• _WHAT TO WORK ON_: Could you reproduce, word for word, everything below from the line containing "f 170 169 102" down to the line containing "f 16 14 148", with both of those lines included and no others?
[INFORMATION SHOWN — start]
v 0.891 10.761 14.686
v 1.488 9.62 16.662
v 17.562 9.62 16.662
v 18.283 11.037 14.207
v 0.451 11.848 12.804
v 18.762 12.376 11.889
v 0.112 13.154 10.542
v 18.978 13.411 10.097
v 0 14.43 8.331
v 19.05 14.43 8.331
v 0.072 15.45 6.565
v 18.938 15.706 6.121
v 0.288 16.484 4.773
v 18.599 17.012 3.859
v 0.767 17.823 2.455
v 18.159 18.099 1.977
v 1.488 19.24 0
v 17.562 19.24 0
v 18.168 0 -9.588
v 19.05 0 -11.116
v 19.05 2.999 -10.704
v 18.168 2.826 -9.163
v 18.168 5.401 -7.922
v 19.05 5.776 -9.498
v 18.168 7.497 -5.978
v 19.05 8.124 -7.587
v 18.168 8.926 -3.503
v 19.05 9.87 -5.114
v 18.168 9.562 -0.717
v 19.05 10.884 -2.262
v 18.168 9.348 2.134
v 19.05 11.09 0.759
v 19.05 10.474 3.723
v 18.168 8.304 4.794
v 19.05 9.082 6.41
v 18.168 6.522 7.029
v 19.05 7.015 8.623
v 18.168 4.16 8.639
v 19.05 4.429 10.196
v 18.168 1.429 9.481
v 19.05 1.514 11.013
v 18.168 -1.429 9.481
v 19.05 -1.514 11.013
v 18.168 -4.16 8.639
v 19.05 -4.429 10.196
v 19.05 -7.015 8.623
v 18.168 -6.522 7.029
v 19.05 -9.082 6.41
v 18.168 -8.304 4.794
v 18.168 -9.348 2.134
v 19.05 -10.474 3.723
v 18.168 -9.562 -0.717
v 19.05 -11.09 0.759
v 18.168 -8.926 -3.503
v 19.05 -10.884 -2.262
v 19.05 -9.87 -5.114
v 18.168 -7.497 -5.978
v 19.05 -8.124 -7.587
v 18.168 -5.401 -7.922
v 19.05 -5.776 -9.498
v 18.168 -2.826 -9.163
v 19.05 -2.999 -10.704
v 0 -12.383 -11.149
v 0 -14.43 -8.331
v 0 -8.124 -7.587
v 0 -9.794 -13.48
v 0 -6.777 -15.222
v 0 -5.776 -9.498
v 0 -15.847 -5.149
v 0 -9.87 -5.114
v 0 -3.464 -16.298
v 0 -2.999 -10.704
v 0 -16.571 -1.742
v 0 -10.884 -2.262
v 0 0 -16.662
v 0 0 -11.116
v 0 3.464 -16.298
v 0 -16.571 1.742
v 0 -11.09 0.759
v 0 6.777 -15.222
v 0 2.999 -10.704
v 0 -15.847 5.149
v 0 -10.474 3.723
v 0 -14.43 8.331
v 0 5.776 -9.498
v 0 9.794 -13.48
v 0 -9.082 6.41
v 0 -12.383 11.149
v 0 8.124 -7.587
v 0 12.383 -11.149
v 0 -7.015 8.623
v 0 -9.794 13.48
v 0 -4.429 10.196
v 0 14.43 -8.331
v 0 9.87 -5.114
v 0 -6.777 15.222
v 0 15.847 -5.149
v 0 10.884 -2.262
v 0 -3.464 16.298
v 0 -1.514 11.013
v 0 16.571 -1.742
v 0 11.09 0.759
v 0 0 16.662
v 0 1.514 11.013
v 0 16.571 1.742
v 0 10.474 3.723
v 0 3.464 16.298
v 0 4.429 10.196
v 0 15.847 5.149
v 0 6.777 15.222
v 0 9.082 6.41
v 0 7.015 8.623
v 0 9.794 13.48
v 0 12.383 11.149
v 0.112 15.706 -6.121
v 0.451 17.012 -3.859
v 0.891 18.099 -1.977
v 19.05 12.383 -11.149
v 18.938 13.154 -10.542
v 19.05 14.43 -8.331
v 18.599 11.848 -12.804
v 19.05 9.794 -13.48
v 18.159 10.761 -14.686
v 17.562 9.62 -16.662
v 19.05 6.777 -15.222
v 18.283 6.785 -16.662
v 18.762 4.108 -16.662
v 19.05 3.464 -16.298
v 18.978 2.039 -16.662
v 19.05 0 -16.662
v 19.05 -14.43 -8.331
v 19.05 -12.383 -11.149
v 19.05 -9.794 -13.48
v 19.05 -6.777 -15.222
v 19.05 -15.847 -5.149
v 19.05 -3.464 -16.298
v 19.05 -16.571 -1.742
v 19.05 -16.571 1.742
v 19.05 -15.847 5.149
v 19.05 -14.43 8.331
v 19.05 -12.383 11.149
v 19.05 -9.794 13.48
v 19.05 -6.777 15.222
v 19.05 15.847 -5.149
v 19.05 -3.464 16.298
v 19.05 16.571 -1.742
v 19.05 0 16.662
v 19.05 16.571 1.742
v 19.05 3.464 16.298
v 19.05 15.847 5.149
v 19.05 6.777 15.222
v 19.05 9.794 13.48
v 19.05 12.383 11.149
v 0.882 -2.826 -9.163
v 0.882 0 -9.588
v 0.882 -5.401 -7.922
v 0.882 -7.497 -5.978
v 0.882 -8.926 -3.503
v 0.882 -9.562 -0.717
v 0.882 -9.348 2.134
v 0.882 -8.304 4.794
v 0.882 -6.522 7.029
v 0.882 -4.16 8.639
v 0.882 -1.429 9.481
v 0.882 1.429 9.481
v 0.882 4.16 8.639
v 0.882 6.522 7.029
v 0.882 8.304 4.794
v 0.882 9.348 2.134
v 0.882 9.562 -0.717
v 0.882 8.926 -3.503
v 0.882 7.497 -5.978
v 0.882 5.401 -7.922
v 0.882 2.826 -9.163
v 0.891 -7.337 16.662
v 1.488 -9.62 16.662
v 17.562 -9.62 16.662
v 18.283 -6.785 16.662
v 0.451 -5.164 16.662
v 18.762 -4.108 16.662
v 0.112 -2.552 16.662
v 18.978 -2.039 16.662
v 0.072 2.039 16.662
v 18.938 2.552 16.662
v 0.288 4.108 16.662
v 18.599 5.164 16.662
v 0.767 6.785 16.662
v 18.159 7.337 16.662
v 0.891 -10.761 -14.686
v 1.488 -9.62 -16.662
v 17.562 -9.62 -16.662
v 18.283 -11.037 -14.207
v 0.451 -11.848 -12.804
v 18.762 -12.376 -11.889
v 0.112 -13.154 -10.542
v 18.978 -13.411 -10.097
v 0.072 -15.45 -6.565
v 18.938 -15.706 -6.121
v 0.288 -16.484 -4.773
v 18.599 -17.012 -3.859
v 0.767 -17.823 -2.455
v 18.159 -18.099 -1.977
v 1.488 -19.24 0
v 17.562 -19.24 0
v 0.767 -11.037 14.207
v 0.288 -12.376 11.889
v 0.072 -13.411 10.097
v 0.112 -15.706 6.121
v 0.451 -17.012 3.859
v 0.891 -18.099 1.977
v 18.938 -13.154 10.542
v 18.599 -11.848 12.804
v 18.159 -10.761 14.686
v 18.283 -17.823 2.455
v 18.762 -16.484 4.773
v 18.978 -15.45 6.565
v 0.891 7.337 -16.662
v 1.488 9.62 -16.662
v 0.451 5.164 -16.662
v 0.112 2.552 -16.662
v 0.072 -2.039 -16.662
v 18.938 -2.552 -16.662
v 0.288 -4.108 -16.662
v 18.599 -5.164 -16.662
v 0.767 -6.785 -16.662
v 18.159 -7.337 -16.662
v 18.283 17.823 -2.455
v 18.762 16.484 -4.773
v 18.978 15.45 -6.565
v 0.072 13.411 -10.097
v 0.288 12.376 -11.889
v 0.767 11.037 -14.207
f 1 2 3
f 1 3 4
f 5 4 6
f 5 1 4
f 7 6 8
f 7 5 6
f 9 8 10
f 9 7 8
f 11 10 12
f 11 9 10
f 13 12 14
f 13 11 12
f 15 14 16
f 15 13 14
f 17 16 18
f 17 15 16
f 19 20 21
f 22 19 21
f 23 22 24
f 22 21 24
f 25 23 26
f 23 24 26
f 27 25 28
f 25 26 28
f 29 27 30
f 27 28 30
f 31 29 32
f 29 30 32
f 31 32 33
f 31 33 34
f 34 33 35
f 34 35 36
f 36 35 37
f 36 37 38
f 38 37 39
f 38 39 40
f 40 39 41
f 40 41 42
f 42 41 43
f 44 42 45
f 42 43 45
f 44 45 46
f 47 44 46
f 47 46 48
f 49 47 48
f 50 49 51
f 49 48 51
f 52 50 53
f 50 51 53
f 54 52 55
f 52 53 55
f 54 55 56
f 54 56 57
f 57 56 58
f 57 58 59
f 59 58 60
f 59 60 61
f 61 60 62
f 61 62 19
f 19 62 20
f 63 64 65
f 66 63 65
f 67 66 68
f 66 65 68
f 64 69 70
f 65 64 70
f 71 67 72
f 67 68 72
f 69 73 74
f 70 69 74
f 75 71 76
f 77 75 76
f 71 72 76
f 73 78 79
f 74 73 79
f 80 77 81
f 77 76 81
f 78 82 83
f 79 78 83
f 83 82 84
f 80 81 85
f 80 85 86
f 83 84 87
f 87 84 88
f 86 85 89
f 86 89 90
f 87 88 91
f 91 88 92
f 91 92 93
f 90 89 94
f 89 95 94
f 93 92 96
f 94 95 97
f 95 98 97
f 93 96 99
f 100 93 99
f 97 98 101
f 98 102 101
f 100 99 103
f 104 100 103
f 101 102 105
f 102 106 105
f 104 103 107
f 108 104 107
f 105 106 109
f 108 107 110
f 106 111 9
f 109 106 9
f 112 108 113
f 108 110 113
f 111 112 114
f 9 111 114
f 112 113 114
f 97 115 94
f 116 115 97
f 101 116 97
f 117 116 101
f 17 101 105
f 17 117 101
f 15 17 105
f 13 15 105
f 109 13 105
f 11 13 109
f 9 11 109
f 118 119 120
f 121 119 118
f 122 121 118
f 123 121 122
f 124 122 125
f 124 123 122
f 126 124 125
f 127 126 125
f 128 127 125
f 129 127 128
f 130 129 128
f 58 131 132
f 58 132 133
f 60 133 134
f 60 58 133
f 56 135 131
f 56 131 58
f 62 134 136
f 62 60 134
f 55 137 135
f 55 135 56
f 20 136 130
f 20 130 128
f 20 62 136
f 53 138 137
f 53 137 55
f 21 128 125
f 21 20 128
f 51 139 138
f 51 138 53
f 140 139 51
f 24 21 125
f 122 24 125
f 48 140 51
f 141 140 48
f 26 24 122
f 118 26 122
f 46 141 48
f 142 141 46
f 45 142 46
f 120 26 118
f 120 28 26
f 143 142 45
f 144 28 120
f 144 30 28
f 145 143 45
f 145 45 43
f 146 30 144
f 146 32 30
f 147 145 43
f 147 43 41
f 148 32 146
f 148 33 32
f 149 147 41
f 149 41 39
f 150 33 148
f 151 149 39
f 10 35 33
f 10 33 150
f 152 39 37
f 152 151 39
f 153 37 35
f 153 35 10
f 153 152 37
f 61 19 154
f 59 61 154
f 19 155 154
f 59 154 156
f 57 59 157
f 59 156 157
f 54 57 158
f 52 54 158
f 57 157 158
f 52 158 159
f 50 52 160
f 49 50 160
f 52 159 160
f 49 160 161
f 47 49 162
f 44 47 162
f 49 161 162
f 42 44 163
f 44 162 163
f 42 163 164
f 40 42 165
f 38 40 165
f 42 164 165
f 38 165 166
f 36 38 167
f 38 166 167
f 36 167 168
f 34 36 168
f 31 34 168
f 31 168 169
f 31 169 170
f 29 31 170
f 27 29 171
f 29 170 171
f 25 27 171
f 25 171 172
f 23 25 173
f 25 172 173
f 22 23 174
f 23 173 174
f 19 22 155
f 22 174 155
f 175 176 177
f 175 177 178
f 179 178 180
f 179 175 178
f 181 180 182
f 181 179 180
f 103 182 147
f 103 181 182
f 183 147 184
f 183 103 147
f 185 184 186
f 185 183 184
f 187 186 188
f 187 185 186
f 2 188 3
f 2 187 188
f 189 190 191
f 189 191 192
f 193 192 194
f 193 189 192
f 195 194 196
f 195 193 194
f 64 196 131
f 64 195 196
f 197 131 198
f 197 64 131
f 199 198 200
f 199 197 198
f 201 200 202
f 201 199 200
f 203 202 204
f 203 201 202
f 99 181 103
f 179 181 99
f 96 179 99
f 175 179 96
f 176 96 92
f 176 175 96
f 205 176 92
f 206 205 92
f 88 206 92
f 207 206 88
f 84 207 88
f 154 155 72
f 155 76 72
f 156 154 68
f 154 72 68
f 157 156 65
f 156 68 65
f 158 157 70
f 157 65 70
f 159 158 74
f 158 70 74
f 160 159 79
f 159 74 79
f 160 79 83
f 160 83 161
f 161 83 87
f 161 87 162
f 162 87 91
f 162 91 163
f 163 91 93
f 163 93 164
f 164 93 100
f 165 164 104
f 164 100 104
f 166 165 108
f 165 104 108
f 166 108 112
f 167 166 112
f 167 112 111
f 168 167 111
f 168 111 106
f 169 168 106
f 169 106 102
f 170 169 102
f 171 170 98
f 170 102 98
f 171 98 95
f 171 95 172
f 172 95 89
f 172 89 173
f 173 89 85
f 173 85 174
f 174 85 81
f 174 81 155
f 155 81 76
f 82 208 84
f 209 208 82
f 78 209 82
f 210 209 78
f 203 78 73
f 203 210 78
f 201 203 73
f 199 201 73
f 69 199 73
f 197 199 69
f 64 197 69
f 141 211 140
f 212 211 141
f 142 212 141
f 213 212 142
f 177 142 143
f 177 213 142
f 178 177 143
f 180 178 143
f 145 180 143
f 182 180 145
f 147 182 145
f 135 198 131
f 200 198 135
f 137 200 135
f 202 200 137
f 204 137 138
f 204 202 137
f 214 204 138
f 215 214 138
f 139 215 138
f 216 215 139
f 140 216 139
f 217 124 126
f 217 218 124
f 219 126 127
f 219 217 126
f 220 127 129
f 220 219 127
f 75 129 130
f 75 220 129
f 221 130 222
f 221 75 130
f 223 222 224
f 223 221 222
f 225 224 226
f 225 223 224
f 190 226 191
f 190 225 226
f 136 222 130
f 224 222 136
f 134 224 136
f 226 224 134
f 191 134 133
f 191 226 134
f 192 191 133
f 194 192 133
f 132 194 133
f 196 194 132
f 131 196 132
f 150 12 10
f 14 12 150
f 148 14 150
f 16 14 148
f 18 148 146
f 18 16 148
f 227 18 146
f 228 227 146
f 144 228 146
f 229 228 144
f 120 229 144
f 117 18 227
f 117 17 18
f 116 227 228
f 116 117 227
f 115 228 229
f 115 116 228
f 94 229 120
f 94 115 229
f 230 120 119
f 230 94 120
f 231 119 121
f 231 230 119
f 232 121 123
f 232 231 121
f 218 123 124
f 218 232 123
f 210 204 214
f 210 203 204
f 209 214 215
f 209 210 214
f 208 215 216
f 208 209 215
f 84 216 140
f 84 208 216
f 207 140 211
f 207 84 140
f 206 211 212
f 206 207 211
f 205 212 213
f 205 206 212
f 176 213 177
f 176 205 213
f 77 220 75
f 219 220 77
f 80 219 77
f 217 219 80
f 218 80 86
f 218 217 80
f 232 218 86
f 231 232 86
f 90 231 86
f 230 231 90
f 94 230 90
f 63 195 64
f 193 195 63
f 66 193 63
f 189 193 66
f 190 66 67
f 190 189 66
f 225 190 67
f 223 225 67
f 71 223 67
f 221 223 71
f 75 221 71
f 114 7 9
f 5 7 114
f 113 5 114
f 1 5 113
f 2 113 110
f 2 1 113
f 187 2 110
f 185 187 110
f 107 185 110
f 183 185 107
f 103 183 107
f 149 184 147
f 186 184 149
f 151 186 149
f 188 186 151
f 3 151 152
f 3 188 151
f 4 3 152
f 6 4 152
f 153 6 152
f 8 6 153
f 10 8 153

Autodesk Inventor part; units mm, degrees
ref_plane "YZ Plane" through (0, 0, 0) normal (1, 0, 0) x (0, 1, 0)
ref_plane "XZ Plane" through (0, 0, 0) normal (0, 1, 0) x (-1, 0, 0)
sketch "Sketch1" plane through (0, 0, 0) normal (1, 0, 0) x (0, 1, 0)
  line L0 (-19.2401, 0) -> (-9.62, 16.6624)
  line L1 (-9.62, 16.6624) -> (9.62, 16.6624)
  line L2 (9.62, 16.6624) -> (19.2401, 0)
  line L3 (19.2401, 0) -> (9.62, -16.6624)
  line L4 (9.62, -16.6624) -> (-9.62, -16.6624)
  line L5 (-9.62, -16.6624) -> (-19.2401, 0)
  point P0 (0, 0)
  point P1 (0, 0)
  dimension "d0" = 38.4802
extrude "Body" add sketch "Sketch1" along normal blind 19.05
sketch "Sketch2" plane through (0, 0, 0) normal (0, 0, 1) x (1, 0, 0)
  line L0 (0, 9.62) -> (0, 19.2401) projected
  line L1 (0, 19.2401) -> (19.05, 19.2401) projected
  line L2 (19.05, 9.62) -> (19.05, 19.2401) projected
  line L3 (-3.81, 0) -> (22.86, 0) projected
  line L4 (1.4882, 19.2401) -> (0, 16.6624)
  line L5 (17.5618, 19.2401) -> (19.05, 16.6624)
  dimension "d3" = 30
  dimension "d4" = 30
  dimension "d5" = 33.3248
  dimension "d6" = 33.3248
revolve "Chamfer1" cut sketch "Sketch2" angle 360 about axis through (-10, 0, 0) along (1, 0, 0)
sketch "Sketch3" plane through (19.05, 0, 0) normal (1, 0, 0) x (0, 0, -1)
  arc A0 (-8.3312, -14.4301) -> (8.3312, -14.4301) centre (0, 0) ccw projected
hole "Thread" at (19.05, 0, 0) direction (-1, 0, 0) diameter 19.177 end through all thread size "7/8-9 UNC" class "2B" standard "ANSI Unified Screw Threads"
[INFORMATION SHOWN — finish]
• _SOLUTION TO THIS TASK_:
f 170 169 102
f 171 170 98
f 170 102 98
f 171 98 95
f 171 95 172
f 172 95 89
f 172 89 173
f 173 89 85
f 173 85 174
f 174 85 81
f 174 81 155
f 155 81 76
f 82 208 84
f 209 208 82
f 78 209 82
f 210 209 78
f 203 78 73
f 203 210 78
f 201 203 73
f 199 201 73
f 69 199 73
f 197 199 69
f 64 197 69
f 141 211 140
f 212 211 141
f 142 212 141
f 213 212 142
f 177 142 143
f 177 213 142
f 178 177 143
f 180 178 143
f 145 180 143
f 182 180 145
f 147 182 145
f 135 198 131
f 200 198 135
f 137 200 135
f 202 200 137
f 204 137 138
f 204 202 137
f 214 204 138
f 215 214 138
f 139 215 138
f 216 215 139
f 140 216 139
f 217 124 126
f 217 218 124
f 219 126 127
f 219 217 126
f 220 127 129
f 220 219 127
f 75 129 130
f 75 220 129
f 221 130 222
f 221 75 130
f 223 222 224
f 223 221 222
f 225 224 226
f 225 223 224
f 190 226 191
f 190 225 226
f 136 222 130
f 224 222 136
f 134 224 136
f 226 224 134
f 191 134 133
f 191 226 134
f 192 191 133
f 194 192 133
f 132 194 133
f 196 194 132
f 131 196 132
f 150 12 10
f 14 12 150
f 148 14 150
f 16 14 148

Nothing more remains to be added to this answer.